§ Work order: Quote exactly and only this range of lines in the data below: the line that holds "#3=PRODUCT('','','',(#2));" to the line that holds "#9=(NAMED_UNIT(*)PLANE_ANGLE_UNIT()SI_UNIT($,.RADIAN.));", both included.

=== Data section ===

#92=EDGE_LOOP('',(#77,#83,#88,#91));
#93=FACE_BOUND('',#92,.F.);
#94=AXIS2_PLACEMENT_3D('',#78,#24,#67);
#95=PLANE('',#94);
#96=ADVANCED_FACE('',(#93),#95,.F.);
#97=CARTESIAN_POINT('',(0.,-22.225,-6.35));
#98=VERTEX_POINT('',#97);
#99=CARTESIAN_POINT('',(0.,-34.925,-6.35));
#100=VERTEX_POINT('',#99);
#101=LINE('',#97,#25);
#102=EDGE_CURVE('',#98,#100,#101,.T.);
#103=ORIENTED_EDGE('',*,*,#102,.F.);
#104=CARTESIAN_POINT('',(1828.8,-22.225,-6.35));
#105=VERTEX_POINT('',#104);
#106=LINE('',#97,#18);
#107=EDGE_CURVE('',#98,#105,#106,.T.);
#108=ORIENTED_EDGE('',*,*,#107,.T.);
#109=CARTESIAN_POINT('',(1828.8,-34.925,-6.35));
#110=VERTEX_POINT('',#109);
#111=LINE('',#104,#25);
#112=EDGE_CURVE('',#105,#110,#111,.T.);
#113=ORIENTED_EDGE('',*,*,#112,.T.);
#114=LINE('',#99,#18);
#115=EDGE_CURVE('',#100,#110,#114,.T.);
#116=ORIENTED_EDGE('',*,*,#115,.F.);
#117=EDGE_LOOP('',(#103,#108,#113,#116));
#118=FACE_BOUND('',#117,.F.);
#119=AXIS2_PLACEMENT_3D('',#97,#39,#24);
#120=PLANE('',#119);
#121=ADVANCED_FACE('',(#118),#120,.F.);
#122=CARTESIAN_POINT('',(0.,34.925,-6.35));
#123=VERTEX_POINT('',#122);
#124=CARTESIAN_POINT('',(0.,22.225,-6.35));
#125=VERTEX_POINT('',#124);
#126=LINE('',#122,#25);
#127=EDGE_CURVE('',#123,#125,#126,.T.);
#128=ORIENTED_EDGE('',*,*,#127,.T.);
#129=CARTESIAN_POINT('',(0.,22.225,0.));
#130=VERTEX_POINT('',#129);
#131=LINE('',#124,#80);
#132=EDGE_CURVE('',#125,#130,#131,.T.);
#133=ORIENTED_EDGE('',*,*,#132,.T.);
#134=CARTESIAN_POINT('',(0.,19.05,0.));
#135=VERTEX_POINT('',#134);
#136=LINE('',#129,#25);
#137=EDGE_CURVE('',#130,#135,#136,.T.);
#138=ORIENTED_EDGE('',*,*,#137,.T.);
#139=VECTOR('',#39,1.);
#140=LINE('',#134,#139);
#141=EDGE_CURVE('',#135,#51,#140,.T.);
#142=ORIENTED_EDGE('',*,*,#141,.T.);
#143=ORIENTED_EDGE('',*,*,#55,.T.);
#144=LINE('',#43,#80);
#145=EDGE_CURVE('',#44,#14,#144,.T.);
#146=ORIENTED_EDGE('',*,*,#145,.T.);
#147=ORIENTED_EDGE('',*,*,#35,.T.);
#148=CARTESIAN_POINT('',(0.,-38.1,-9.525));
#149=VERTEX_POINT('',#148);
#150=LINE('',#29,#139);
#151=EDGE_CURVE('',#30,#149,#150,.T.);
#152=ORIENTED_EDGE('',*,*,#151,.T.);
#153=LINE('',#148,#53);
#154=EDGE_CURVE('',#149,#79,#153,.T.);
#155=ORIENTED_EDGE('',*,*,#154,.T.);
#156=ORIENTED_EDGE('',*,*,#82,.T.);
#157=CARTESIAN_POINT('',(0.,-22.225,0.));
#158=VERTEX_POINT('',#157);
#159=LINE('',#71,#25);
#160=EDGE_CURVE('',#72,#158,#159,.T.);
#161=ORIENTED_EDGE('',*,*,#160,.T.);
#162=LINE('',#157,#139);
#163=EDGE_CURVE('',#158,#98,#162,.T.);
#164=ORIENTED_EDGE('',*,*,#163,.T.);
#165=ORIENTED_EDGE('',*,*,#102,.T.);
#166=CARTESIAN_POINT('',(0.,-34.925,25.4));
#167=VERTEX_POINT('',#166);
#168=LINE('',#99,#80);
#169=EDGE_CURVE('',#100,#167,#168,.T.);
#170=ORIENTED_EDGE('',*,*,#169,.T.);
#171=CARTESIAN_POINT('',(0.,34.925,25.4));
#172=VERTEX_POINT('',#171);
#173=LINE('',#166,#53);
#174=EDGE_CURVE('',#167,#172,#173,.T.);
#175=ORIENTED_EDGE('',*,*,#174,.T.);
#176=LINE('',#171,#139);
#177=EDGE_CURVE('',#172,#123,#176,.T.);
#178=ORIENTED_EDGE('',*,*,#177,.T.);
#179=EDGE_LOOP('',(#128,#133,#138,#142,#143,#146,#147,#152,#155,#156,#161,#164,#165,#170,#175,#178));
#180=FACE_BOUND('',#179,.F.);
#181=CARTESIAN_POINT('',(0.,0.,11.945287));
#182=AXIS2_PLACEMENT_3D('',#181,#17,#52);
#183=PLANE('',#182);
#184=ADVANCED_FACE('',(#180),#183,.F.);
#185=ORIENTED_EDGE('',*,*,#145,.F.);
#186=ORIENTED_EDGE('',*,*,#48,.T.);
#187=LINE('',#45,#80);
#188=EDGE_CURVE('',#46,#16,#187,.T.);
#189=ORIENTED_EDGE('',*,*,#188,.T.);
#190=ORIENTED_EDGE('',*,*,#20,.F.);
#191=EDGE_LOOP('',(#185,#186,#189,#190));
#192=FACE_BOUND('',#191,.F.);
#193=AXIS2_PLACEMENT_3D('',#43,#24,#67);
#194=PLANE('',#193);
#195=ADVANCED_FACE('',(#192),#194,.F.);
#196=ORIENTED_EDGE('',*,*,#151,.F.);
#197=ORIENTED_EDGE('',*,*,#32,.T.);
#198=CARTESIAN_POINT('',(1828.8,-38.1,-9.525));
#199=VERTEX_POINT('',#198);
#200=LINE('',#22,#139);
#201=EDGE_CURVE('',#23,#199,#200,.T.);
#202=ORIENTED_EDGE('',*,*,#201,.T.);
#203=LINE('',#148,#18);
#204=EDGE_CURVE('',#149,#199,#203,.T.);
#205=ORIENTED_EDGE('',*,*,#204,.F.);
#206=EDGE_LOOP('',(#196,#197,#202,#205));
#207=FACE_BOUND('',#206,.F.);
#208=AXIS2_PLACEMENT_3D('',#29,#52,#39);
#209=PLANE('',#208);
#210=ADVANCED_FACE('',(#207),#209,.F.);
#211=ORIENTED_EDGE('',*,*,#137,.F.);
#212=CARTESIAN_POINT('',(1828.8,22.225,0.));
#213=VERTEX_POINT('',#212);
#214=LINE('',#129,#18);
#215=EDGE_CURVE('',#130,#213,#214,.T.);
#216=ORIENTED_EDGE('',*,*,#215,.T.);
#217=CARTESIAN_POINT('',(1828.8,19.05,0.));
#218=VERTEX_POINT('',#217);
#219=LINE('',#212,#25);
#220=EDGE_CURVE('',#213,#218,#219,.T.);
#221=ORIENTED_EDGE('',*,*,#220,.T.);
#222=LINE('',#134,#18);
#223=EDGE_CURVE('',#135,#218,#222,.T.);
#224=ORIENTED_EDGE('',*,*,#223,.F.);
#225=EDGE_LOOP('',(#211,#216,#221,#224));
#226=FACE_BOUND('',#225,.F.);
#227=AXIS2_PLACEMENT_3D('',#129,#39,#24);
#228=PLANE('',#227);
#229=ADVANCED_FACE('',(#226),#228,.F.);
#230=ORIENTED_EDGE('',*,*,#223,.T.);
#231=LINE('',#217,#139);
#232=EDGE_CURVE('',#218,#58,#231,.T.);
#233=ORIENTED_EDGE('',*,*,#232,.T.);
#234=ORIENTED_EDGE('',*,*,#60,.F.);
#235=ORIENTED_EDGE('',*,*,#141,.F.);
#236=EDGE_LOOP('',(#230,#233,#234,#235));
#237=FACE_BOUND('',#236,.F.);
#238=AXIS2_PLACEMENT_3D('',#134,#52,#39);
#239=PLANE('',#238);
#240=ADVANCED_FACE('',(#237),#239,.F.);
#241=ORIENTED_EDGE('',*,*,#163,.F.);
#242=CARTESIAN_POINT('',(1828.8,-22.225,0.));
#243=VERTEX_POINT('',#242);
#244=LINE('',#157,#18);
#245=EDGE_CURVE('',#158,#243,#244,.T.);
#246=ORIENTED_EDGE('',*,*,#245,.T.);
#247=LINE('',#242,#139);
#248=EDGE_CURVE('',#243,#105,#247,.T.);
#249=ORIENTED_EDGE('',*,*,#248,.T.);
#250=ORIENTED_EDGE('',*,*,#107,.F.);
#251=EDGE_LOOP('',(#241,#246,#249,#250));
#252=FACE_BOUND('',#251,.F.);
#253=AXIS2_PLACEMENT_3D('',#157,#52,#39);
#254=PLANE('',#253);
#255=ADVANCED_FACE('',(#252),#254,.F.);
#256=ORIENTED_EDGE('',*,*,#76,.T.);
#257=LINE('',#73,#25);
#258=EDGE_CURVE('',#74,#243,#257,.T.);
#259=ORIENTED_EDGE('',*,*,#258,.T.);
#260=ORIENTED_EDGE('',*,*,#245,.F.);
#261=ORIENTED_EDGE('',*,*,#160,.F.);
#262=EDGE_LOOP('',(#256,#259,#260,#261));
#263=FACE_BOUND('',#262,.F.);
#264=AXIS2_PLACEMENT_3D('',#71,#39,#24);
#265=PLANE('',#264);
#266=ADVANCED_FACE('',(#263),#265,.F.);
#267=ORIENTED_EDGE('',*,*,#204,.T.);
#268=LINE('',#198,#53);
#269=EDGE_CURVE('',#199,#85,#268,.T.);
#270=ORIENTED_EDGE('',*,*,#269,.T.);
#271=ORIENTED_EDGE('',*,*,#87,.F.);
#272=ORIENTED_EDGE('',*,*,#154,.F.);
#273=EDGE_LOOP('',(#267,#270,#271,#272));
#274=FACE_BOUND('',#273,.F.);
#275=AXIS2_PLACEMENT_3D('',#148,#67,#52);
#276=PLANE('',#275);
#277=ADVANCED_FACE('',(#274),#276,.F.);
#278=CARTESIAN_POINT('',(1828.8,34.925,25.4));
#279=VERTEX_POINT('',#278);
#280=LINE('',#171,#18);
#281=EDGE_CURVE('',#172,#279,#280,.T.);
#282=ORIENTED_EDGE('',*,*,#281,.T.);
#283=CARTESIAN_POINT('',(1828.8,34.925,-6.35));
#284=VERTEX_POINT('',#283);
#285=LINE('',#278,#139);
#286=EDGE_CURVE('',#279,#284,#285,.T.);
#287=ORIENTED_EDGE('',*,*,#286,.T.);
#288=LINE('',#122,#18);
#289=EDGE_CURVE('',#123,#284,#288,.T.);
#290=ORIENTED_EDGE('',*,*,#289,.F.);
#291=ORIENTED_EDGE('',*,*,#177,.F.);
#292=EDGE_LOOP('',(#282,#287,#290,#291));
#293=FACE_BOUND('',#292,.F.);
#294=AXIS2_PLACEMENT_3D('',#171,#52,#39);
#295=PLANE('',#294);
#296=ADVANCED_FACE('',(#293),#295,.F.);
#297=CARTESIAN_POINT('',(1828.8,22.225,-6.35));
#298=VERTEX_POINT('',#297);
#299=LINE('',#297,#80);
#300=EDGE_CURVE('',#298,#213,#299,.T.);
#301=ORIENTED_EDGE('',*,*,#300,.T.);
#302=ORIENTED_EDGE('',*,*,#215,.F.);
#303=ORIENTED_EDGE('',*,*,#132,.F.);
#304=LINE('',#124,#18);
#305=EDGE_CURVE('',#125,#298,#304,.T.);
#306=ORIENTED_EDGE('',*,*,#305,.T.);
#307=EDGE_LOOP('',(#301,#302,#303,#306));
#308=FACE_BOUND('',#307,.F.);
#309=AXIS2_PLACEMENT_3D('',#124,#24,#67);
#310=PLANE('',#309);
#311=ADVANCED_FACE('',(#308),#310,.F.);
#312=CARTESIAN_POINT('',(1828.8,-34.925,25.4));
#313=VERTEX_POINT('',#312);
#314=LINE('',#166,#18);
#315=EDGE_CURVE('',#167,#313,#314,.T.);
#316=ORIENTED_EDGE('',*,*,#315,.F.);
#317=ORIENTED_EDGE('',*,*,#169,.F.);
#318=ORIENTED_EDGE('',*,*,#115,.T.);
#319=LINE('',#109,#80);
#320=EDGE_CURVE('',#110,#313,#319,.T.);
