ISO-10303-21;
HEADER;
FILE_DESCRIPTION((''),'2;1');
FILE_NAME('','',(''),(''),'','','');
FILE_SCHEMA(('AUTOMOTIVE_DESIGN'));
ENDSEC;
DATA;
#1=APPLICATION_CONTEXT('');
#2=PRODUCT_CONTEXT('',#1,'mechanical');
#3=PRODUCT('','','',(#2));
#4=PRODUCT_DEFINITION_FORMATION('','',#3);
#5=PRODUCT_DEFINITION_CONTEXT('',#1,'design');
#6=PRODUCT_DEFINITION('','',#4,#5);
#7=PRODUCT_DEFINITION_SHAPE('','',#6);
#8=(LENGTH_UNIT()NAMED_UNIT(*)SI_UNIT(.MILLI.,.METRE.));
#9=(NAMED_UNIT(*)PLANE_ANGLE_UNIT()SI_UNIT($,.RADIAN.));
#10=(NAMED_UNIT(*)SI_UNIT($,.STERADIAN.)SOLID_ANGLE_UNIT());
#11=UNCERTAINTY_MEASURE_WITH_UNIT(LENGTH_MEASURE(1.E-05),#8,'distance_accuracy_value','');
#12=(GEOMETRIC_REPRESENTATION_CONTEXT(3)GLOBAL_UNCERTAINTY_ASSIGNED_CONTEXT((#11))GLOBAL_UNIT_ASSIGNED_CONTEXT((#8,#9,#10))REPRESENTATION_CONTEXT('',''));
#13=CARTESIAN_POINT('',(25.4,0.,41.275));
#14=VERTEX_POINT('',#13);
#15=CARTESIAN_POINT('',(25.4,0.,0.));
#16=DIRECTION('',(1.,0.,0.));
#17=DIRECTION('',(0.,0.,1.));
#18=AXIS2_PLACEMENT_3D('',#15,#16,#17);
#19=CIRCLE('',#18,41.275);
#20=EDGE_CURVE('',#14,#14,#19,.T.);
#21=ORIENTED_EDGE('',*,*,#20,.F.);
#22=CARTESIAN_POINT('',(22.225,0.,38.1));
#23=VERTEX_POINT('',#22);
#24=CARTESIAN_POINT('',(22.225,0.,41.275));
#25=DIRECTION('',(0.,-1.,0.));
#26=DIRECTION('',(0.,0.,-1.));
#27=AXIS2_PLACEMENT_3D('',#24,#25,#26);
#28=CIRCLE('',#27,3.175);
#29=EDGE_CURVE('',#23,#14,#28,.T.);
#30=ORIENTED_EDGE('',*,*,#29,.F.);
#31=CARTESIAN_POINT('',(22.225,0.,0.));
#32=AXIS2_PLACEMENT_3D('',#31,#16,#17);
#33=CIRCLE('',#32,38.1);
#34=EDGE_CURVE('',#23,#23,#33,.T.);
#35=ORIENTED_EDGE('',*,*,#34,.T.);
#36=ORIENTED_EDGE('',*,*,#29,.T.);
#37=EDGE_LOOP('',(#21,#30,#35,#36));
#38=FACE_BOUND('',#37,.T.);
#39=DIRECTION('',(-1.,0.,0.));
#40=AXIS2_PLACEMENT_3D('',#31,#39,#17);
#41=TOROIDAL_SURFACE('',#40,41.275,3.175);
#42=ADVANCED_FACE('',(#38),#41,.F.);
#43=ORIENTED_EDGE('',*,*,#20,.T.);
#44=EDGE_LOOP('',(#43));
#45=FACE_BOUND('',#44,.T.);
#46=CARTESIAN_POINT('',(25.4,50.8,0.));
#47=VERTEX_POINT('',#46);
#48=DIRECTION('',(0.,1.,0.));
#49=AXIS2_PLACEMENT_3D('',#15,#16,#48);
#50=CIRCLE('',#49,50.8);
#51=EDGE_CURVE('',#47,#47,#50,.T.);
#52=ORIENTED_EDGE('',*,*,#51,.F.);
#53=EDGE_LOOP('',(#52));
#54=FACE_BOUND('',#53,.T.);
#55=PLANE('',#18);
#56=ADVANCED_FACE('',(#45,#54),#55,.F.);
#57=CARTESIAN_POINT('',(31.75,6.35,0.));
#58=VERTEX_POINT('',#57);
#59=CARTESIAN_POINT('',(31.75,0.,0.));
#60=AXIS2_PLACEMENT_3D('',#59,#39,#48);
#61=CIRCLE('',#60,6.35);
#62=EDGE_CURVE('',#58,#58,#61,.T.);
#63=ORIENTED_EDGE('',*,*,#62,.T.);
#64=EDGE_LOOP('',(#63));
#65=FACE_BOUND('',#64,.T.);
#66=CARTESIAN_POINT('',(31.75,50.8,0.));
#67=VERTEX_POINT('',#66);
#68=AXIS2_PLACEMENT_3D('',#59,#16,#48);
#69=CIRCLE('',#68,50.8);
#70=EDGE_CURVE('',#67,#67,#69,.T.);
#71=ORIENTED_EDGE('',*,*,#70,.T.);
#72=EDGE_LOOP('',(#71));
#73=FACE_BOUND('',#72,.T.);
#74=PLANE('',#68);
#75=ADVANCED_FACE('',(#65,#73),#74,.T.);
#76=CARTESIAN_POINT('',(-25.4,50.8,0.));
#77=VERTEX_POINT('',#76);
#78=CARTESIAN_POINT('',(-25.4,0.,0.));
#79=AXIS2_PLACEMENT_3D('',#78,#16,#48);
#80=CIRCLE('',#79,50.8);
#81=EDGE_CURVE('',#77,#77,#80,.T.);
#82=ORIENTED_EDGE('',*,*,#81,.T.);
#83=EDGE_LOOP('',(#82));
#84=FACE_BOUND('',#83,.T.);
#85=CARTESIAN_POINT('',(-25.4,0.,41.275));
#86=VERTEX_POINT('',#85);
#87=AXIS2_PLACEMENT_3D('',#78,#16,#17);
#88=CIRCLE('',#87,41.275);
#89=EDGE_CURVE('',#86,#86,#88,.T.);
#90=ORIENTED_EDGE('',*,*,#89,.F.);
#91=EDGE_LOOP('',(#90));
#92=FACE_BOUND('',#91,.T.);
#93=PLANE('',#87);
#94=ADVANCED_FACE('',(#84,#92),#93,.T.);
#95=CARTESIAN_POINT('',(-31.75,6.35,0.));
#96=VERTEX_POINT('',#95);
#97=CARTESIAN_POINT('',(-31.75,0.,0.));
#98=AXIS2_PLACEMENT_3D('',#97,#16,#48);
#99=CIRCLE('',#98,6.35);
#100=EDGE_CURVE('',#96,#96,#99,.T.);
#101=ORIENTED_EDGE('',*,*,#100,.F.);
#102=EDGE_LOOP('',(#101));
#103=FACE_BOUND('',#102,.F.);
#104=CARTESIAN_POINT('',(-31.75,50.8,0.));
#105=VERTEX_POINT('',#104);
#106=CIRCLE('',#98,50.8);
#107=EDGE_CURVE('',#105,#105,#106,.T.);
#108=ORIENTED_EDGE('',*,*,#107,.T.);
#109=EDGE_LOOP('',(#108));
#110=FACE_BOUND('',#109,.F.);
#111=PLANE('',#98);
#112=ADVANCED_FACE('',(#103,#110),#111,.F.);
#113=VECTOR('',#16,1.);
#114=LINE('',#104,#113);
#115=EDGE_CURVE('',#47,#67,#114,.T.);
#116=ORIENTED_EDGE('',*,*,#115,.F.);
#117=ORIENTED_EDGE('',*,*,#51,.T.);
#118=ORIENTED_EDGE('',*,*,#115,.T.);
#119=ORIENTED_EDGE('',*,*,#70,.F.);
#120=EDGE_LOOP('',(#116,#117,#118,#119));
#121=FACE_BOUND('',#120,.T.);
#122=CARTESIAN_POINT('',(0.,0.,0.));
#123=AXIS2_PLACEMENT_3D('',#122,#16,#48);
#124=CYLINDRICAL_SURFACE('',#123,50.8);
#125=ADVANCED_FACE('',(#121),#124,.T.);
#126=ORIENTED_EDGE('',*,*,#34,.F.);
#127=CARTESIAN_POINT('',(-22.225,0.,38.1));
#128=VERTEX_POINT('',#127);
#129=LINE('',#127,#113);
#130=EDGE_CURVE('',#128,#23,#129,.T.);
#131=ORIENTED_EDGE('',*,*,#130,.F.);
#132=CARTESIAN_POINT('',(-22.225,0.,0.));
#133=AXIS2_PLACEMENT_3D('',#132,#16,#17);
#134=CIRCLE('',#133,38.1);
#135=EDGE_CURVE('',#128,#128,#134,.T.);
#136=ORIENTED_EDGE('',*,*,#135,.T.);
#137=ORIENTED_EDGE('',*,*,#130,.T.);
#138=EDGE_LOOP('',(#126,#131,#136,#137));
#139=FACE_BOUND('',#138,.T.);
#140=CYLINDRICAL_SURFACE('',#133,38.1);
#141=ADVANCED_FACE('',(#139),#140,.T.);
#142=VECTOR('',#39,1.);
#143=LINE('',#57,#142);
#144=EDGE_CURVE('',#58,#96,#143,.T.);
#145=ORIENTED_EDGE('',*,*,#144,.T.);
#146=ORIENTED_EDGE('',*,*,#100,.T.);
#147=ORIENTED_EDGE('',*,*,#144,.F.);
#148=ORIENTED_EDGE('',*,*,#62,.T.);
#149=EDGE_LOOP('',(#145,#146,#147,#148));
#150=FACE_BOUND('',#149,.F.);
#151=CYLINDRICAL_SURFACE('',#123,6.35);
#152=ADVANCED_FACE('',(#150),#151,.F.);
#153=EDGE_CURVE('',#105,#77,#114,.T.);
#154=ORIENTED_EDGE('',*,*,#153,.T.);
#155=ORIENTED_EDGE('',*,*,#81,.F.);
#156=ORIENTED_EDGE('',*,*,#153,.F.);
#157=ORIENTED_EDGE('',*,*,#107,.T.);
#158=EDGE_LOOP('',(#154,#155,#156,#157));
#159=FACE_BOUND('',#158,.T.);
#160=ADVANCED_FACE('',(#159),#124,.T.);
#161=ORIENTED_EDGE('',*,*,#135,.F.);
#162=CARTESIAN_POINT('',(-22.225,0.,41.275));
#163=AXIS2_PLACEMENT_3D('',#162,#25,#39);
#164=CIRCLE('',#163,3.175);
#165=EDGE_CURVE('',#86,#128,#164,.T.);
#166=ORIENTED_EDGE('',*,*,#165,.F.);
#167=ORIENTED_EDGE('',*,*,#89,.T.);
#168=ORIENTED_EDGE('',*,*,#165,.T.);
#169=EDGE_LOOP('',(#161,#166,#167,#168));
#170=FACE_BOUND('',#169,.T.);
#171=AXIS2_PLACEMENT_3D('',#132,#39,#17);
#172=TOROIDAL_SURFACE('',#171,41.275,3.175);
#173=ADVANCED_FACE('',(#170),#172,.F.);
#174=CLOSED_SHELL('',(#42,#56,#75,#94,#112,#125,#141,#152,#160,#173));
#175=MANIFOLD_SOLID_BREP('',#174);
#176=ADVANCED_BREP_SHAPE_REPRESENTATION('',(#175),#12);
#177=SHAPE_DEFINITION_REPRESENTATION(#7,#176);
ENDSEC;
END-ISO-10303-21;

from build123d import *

# Parameters (mm, degrees)
F0_R          = 50.8
F1_DEPTH      = 31.75
F4_R          = 6.35
F5_DEPTH      = 31.751
F5_DEPTH_BACK = 31.751


with BuildPart() as f1:
    # F0 (on Right) → F1 (new body, symmetric)
    with BuildSketch(Plane.YZ):
        Circle(F0_R)
    extrude(amount=F1_DEPTH, both=True)

    # F2 (on Front) → F3 (revolve, cut)
    with BuildSketch(Plane.XZ):
        with BuildLine():
            ThreePointArc((25.4, 74.3732936617), (24.4700640303, 76.618357692), (22.225, 77.5482936617))
            Line((22.225, 77.5482936617), (-22.225, 77.5482936617))
            ThreePointArc((-22.225, 77.5482936617), (-24.4700640303, 76.618357692), (-25.4, 74.3732936617))
            Line((-25.4, 74.3732936617), (-25.4, 41.275))
            ThreePointArc((-25.4, 41.275), (-24.4700640303, 39.0299359697), (-22.225, 38.1))
            Line((-22.225, 38.1), (22.225, 38.1))
            ThreePointArc((22.225, 38.1), (24.4700640303, 39.0299359697), (25.4, 41.275))
            Line((25.4, 41.275), (25.4, 74.3732936617))
        make_face()
    revolve(axis=Axis((0, 0, 0), (1, 0, 0)), mode=Mode.SUBTRACT)

    # F4 (on Right) → F5 (cut, two sides)
    with BuildSketch(Plane.YZ) as f5_sk:
        Circle(F4_R)
    extrude(amount=-F5_DEPTH, mode=Mode.SUBTRACT)
    extrude(f5_sk.sketch, amount=F5_DEPTH_BACK, mode=Mode.SUBTRACT)


solid = f1.part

===

§ Result of the task:
#3=PRODUCT('','','',(#2));
#4=PRODUCT_DEFINITION_FORMATION('','',#3);
#5=PRODUCT_DEFINITION_CONTEXT('',#1,'design');
#6=PRODUCT_DEFINITION('','',#4,#5);
#7=PRODUCT_DEFINITION_SHAPE('','',#6);
#8=(LENGTH_UNIT()NAMED_UNIT(*)SI_UNIT(.MILLI.,.METRE.));
#9=(NAMED_UNIT(*)PLANE_ANGLE_UNIT()SI_UNIT($,.RADIAN.));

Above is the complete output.